Jake grinned. "You haven't hit me since we were in Vermont."
"So, you aching to get smacked?" Cammie returned, an eyebrow arched, "There's a difference between today and a bad day. But if you're aching for it I suppose I could let you taste my left hook."
He held his hands up in front of him defensively. "Believe me, I'd rather you not hit me. I got enough of that in Vermont. I just thought I'd point it out."
"Yeah. Generally if you're not in a Mosh Pit or a cheap bar you're safe from the wrath of my fists," Cammie said.
"I find that hard to believe," Jake protested. "I hardly ever hang out in mosh pits or cheap bars, and you still tried to beat the crap out of me."
"I thought my parents were going to be killed," Cammie returned, "And you were being an idiot."

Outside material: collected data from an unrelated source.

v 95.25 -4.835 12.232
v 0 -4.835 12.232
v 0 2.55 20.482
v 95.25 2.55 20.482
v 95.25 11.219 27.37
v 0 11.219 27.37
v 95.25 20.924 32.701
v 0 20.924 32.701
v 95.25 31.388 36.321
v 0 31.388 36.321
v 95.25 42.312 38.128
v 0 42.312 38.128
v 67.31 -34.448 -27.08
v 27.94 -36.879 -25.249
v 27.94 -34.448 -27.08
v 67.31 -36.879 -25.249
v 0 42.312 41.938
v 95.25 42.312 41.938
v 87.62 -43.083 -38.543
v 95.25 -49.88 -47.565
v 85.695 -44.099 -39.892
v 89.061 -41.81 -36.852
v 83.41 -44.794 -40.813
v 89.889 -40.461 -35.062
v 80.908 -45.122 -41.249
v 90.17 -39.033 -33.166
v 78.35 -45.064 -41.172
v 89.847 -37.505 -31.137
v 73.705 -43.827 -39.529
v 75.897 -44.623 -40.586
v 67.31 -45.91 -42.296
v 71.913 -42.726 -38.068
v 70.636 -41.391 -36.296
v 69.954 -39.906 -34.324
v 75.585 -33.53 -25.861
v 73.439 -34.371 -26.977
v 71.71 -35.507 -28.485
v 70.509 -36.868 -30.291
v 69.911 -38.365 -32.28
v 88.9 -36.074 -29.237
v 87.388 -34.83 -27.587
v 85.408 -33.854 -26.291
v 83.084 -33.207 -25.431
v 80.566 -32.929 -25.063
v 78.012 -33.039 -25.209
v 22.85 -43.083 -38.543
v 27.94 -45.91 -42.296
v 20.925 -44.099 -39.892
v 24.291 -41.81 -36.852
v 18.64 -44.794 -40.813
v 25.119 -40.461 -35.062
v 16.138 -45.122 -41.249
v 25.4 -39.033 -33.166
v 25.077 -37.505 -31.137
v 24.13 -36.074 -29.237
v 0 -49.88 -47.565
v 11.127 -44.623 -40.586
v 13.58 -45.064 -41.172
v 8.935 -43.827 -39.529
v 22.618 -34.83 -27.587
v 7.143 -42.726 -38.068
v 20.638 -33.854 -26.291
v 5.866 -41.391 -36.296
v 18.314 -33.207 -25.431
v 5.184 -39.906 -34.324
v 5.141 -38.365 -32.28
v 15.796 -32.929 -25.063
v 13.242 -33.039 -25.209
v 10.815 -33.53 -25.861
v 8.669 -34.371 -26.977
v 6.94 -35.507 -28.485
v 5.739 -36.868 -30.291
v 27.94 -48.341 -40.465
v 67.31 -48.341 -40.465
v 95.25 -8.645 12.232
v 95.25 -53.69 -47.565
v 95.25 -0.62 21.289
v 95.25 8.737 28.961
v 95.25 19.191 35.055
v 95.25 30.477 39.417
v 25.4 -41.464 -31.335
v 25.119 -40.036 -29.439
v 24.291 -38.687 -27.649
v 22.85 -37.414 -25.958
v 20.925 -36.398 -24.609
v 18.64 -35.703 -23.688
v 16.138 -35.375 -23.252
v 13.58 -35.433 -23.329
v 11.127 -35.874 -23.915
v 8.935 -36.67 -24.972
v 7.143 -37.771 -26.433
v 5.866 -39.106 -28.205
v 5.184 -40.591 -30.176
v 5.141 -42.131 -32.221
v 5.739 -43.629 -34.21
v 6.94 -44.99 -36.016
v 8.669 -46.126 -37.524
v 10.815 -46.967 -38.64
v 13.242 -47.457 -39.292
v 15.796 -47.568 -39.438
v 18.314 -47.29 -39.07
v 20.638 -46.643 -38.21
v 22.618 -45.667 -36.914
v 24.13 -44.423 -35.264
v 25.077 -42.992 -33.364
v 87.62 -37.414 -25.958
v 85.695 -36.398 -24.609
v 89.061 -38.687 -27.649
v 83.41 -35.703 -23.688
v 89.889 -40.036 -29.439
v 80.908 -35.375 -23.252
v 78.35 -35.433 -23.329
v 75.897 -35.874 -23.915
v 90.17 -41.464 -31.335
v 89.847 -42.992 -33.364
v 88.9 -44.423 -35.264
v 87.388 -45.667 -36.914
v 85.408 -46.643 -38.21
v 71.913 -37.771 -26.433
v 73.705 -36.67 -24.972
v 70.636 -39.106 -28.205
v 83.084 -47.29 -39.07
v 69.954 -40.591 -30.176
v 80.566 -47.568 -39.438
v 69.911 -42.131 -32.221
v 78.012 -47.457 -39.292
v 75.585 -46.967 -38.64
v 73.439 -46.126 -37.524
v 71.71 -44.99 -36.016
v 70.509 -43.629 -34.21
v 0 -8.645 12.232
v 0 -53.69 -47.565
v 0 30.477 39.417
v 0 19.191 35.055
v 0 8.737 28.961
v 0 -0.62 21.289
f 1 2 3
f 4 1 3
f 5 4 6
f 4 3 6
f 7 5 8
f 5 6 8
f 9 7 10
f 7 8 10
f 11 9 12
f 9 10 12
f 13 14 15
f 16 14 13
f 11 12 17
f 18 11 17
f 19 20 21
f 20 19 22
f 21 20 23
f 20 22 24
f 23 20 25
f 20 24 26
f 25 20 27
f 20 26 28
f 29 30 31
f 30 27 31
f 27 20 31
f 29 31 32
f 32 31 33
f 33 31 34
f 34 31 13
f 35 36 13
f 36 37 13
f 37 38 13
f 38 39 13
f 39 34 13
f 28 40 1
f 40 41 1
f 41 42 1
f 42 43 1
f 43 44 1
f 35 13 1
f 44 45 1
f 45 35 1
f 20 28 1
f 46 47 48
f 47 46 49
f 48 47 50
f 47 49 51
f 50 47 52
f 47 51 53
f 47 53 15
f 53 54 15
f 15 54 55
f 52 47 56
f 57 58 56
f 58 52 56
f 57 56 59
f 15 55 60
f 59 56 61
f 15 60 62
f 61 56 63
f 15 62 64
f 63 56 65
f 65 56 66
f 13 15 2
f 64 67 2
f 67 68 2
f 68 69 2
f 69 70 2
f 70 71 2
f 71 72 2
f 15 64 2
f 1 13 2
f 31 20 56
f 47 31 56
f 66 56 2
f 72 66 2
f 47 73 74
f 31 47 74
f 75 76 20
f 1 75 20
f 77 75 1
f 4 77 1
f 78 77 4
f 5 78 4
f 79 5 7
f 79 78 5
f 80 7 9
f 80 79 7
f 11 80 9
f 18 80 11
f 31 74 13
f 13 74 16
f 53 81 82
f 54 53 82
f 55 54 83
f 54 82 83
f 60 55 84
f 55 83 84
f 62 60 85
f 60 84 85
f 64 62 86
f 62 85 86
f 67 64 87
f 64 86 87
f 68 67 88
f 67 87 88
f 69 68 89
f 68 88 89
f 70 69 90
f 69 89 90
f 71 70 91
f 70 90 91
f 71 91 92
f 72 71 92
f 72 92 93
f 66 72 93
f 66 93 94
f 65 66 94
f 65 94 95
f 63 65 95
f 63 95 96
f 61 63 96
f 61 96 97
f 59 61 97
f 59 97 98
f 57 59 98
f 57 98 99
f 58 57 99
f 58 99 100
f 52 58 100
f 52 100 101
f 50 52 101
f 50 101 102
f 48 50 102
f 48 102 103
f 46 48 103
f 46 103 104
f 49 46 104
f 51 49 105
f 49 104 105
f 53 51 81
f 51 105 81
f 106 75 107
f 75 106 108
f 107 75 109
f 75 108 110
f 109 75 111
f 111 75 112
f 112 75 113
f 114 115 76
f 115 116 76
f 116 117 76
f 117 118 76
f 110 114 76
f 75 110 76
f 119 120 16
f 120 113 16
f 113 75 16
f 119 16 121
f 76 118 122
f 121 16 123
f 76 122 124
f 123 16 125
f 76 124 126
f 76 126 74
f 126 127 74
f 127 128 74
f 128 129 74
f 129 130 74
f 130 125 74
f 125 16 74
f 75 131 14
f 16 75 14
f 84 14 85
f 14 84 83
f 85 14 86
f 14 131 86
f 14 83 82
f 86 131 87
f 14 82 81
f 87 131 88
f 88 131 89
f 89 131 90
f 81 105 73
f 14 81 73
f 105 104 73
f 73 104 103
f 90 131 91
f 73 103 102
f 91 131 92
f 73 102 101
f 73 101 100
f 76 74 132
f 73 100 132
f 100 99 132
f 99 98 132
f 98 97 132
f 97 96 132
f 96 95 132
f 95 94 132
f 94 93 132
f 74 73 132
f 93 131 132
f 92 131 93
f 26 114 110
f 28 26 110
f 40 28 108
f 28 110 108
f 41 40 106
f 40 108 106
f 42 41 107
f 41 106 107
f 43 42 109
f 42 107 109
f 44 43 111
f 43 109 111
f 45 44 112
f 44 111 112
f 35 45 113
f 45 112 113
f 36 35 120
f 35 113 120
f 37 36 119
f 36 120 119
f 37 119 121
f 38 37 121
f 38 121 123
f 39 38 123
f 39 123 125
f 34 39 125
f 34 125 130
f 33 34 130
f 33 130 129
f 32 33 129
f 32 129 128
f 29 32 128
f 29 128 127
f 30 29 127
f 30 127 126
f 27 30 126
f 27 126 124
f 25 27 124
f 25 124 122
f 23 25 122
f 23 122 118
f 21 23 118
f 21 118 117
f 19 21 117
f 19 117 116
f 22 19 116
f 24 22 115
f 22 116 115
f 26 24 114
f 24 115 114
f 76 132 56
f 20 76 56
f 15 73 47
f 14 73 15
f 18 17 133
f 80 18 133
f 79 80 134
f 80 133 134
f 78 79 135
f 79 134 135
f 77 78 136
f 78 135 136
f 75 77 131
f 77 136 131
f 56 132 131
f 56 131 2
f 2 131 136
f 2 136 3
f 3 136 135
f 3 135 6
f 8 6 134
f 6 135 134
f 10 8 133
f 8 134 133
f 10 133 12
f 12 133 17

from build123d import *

# Parameters (mm, degrees)
F1_DEPTH = 95.25
F2_R     = 10.16
F2_W     = 39.37
F2_H     = 19.05
F3_DEPTH = 25.4


with BuildPart() as f1:
    # F0 (on Right) → F1 (new body)
    with BuildSketch(Plane.YZ):
        with BuildLine():
            ThreePointArc((42.311873, 41.937777), (13.84255, 32.215467), (-8.645249, 12.232359))
            Line((-8.645249, 12.232359), (-53.689915, -47.56531))
            Line((-53.689915, -47.56531), (-49.879915, -47.56531))
            Line((-49.879915, -47.56531), (-4.835249, 12.232359))
            ThreePointArc((-4.835249, 12.232359), (15.95876, 30.240728), (42.311873, 38.127777))
            Line((42.311873, 38.127777), (42.311873, 41.937777))
        make_face()
    extrude(amount=F1_DEPTH)

    # F2 (on face) → F3 (cut)
    with BuildSketch(Plane(origin=(0, -11.394199, 8.583075), x_dir=(1, 0, 0), z_dir=(0, -0.798739, 0.601678))):
        with Locations((15.24, -49.976293)):
            Circle(F2_R)
        with Locations((47.625, -51.881293)):
            Rectangle(F2_W, F2_H)
        with Locations((80.01, -49.976293)):
            Circle(F2_R)
    extrude(amount=-F3_DEPTH, mode=Mode.SUBTRACT)


solid = f1.part
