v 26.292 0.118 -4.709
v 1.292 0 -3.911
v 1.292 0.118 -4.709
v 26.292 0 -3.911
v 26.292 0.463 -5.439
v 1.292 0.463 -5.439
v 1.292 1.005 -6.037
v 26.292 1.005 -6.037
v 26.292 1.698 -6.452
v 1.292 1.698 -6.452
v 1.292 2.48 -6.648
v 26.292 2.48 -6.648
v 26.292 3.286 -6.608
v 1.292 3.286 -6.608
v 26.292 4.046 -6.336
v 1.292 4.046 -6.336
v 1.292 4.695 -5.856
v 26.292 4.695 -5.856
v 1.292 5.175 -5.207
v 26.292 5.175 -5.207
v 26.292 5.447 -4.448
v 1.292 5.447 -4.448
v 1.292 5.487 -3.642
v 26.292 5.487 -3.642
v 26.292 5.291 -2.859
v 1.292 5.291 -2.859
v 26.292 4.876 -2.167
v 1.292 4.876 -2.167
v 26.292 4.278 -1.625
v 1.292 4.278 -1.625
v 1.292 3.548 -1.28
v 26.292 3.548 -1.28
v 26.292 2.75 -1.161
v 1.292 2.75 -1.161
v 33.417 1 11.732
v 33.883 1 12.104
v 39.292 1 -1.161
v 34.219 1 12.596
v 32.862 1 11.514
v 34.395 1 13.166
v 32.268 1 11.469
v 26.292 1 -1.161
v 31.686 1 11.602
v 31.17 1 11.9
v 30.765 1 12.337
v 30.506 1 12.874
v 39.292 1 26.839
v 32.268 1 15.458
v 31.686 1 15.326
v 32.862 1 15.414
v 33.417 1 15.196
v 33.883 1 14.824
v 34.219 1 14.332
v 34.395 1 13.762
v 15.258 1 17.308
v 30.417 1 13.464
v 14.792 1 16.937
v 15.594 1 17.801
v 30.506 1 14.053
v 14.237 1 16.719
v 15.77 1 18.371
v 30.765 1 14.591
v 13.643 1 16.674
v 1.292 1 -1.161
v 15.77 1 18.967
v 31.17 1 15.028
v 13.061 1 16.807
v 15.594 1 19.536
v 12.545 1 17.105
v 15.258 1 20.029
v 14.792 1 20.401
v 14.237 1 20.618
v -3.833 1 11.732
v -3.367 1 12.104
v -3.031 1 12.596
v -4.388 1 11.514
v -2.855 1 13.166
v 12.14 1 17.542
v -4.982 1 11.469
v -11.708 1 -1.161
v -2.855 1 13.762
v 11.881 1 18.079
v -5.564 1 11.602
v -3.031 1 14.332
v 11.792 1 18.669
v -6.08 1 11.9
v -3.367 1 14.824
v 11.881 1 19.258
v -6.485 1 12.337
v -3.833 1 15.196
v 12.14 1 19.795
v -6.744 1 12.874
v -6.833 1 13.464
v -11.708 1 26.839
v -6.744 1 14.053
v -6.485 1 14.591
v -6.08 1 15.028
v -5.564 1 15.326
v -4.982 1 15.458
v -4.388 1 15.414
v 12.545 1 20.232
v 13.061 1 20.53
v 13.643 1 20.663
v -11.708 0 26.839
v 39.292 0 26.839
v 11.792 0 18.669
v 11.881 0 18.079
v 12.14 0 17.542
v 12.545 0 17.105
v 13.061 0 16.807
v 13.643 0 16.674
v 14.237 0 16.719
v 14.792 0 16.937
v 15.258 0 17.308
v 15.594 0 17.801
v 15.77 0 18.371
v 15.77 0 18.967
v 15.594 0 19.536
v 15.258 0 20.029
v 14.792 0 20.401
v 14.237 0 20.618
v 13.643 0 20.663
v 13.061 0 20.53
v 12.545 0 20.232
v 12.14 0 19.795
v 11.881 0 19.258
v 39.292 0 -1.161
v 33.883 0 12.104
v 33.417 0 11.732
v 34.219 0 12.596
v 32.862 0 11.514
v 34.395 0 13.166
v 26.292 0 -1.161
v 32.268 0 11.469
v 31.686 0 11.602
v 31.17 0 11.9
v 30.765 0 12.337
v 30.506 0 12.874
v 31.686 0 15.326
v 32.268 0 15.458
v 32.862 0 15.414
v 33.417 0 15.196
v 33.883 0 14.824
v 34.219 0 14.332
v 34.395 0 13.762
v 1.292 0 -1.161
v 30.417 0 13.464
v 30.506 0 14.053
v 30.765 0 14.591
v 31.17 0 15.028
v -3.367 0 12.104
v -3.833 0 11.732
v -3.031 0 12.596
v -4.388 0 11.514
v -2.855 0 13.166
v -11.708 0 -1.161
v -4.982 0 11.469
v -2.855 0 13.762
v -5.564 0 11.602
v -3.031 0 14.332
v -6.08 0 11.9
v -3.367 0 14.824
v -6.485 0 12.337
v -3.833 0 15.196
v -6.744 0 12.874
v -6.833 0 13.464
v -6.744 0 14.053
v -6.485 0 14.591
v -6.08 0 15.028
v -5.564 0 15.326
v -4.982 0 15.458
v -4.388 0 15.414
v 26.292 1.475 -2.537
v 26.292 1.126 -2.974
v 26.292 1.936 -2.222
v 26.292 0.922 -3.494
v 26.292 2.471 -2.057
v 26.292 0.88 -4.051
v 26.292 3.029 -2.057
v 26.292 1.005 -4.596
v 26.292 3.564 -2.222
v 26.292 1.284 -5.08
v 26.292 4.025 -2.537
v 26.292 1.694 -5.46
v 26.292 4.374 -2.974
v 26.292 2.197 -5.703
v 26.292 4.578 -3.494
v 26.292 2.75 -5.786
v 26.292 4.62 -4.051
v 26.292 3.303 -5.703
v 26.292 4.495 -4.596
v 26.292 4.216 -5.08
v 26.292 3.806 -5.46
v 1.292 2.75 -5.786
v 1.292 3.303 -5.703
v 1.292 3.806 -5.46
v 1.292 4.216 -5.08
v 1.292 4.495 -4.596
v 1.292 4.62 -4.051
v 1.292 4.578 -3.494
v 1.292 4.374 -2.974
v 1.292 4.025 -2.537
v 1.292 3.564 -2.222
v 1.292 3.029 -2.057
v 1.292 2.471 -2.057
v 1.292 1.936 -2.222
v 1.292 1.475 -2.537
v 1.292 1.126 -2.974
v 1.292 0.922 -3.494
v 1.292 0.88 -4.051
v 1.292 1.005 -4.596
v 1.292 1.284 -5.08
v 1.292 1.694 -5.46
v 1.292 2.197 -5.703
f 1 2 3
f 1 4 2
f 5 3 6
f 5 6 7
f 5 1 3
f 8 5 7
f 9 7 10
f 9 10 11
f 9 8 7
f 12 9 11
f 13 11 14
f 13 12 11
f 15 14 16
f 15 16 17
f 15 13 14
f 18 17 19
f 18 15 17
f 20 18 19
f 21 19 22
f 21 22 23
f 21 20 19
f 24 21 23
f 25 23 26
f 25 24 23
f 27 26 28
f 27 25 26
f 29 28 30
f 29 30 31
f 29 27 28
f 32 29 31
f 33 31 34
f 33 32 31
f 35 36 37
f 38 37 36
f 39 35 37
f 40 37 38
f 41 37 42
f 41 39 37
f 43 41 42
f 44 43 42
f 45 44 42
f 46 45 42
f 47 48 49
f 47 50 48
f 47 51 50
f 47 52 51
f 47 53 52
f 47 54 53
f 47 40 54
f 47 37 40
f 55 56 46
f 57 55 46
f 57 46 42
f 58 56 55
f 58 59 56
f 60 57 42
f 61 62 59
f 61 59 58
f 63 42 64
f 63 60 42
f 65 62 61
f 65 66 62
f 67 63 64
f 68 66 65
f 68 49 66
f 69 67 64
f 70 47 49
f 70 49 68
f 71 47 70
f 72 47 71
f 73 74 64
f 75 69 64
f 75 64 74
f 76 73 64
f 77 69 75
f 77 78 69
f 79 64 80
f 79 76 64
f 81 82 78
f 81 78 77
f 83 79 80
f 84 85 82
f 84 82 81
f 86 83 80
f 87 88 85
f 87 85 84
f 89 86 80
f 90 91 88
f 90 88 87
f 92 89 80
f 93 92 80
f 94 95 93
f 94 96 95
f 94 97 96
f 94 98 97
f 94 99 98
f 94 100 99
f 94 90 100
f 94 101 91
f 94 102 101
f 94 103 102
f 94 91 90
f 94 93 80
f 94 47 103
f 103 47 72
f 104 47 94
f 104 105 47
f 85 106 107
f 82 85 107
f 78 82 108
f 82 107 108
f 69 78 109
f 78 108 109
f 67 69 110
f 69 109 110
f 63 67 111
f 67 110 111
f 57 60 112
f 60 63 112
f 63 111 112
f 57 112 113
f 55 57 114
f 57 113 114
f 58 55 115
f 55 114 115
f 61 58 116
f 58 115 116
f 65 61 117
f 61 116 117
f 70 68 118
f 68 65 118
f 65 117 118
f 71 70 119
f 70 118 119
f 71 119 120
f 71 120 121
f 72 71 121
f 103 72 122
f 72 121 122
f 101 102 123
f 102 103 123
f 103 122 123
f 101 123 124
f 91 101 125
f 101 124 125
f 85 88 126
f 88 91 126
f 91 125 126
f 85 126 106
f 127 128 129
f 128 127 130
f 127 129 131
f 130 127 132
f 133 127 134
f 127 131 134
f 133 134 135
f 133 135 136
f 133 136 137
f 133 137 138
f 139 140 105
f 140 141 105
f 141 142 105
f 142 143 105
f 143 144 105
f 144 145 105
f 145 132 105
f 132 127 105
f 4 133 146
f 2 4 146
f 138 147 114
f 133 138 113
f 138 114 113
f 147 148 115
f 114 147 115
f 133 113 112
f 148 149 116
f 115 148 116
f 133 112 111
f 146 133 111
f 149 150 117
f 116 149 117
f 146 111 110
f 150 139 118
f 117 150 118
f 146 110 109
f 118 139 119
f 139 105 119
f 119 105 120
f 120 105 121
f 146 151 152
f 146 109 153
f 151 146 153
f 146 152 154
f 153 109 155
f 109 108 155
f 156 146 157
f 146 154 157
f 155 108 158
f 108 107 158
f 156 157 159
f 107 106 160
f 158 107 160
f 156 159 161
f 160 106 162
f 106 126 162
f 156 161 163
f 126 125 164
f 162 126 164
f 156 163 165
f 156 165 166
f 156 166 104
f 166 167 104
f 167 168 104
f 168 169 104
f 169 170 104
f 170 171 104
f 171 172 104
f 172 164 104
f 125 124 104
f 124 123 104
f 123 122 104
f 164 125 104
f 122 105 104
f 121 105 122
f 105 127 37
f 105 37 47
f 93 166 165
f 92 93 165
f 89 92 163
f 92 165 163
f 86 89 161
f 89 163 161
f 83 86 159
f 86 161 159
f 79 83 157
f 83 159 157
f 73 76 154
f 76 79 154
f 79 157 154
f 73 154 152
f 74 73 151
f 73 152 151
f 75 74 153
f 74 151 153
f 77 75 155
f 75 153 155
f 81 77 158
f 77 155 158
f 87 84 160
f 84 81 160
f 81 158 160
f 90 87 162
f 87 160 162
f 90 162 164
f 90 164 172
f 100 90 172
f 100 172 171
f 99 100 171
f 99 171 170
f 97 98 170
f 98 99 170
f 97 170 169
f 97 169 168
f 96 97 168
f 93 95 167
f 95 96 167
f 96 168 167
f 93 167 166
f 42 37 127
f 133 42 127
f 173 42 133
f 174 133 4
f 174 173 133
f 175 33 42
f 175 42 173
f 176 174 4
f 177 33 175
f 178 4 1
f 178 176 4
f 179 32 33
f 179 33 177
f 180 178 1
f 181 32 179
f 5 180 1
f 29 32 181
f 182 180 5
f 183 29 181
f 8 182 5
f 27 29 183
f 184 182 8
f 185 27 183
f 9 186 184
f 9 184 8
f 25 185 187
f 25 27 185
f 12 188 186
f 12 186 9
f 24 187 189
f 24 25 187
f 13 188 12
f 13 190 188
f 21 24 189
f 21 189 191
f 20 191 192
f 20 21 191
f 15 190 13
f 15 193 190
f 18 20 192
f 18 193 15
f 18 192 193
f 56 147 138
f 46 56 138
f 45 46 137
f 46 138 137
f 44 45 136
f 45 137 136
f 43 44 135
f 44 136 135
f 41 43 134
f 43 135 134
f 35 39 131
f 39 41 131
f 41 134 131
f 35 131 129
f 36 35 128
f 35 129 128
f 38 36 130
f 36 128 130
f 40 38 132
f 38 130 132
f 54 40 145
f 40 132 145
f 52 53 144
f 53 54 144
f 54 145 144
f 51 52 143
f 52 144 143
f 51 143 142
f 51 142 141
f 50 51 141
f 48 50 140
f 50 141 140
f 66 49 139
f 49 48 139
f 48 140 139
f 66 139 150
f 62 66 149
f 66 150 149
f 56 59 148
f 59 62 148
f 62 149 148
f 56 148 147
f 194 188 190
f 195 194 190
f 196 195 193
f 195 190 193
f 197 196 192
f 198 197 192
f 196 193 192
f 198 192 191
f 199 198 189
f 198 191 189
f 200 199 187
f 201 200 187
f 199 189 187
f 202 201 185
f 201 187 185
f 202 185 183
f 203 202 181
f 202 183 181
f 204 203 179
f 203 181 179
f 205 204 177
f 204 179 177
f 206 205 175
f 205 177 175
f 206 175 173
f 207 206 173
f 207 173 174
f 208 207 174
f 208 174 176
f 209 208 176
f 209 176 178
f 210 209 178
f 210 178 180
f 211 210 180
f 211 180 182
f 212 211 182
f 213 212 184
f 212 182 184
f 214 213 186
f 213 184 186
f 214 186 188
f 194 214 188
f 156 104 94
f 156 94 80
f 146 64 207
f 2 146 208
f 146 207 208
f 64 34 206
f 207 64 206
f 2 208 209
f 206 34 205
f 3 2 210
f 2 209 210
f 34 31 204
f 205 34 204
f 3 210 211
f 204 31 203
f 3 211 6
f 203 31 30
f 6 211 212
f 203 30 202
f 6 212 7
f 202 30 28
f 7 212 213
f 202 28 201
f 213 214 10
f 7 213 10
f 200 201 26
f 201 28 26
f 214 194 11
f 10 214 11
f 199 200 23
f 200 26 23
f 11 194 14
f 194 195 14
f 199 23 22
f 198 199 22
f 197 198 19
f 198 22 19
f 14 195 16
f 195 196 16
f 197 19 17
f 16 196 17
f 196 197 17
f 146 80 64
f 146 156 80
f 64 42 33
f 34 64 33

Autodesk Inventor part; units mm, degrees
ref_plane "YZ Plane" through (0, 0, 0) normal (1, 0, 0) x (0, 1, 0)
ref_plane "XZ Plane" through (0, 0, 0) normal (0, 1, 0) x (-1, 0, 0)
ref_plane "XY Plane" through (0, 0, 0) normal (0, 0, 1) x (1, 0, 0)
sketch "Boceto1" plane through (0, 0, 0) normal (0, 1, 0) x (-1, 0, 0)
  line L0 (11.708, 26.8389) -> (11.708, -1.1611)
  line L1 (11.708, -1.1611) -> (-39.292, -1.1611)
  line L2 (-39.292, -1.1611) -> (-39.292, 26.8389)
  line L3 (-39.292, 26.8389) -> (11.708, 26.8389)
  circle A0 centre (4.833, 13.4639) radius 2
  circle A1 centre (-32.417, 13.4639) radius 2
  circle A2 centre (-13.792, 18.6686) radius 2
  point P0 (0, 0)
  point P1 (0, 0)
  dimension "d0" = 28
  dimension "d1" = 51
  dimension "d2" = 4
  dimension "d3" = 4
  dimension "d4" = 4
  dimension "d5" = 25.5
  dimension "d6" = 6.875
  dimension "d7" = 13.375
  dimension "d8" = 6.875
  dimension "d9" = 13.375
extrude "Extrusión1" add sketch "Boceto1" along normal blind 1
sketch "Boceto2" plane through (39.292, 0, 26.8389) normal (1, 0, 0) x (0, 0, -1)
  arc A0 (30.75, 0) -> (28, 2.75) centre (30.75, 2.75) ccw
  circle A1 centre (30.75, 2.75) radius 1.875
  line L0 (0, 0) -> (28, 0) projected
  line L1 (28, 0) -> (28, 1) projected
  line L2 (28, 0) -> (30.75, 0)
  line L3 (28, 0) -> (28, 2.75)
  point P0 (26.8389, 0)
  dimension "d12" = 5.5
  dimension "d13" = 3.75
extrude "Extrusión2" add sketch "Boceto2" against normal blind 38
sketch "Boceto3" plane through (39.292, 0, 26.8389) normal (1, 0, 0) x (0, 0, -1)
  circle A0 centre (30.75, 2.75) radius 1.875 projected
  arc A1 (30.75, 0) -> (28, 2.75) centre (30.75, 2.75) ccw
  arc A2 (30.75, 0) -> (28, 2.75) centre (30.75, 2.75) ccw projected
  line L0 (28, 2.75) -> (28, 0)
  line L1 (28, 0) -> (30.75, 0)
  point P0 (26.8389, 0)
extrude "Extrusión3" cut sketch "Boceto3" against normal blind 13
properties part number "Ala 2 Bisagra tipo Libro Grande"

"I was not!" he retorted, although he was laughing. "I was trying to keep us from getting kidnapped or killed, or worse. And it worked, didn't it?"
"Initial inspection says yes. But the Matrix still has you," Cammie said.
"Damn," he sighed. "At least it has tasty donuts."
"Yeah. Something has to be good about this place. Might as well be the fried dough nuts of some unsuspecting pastry," Cammie returned.
"And the charming company," he said graciously, and then ruined the effect by grinning goofily at her.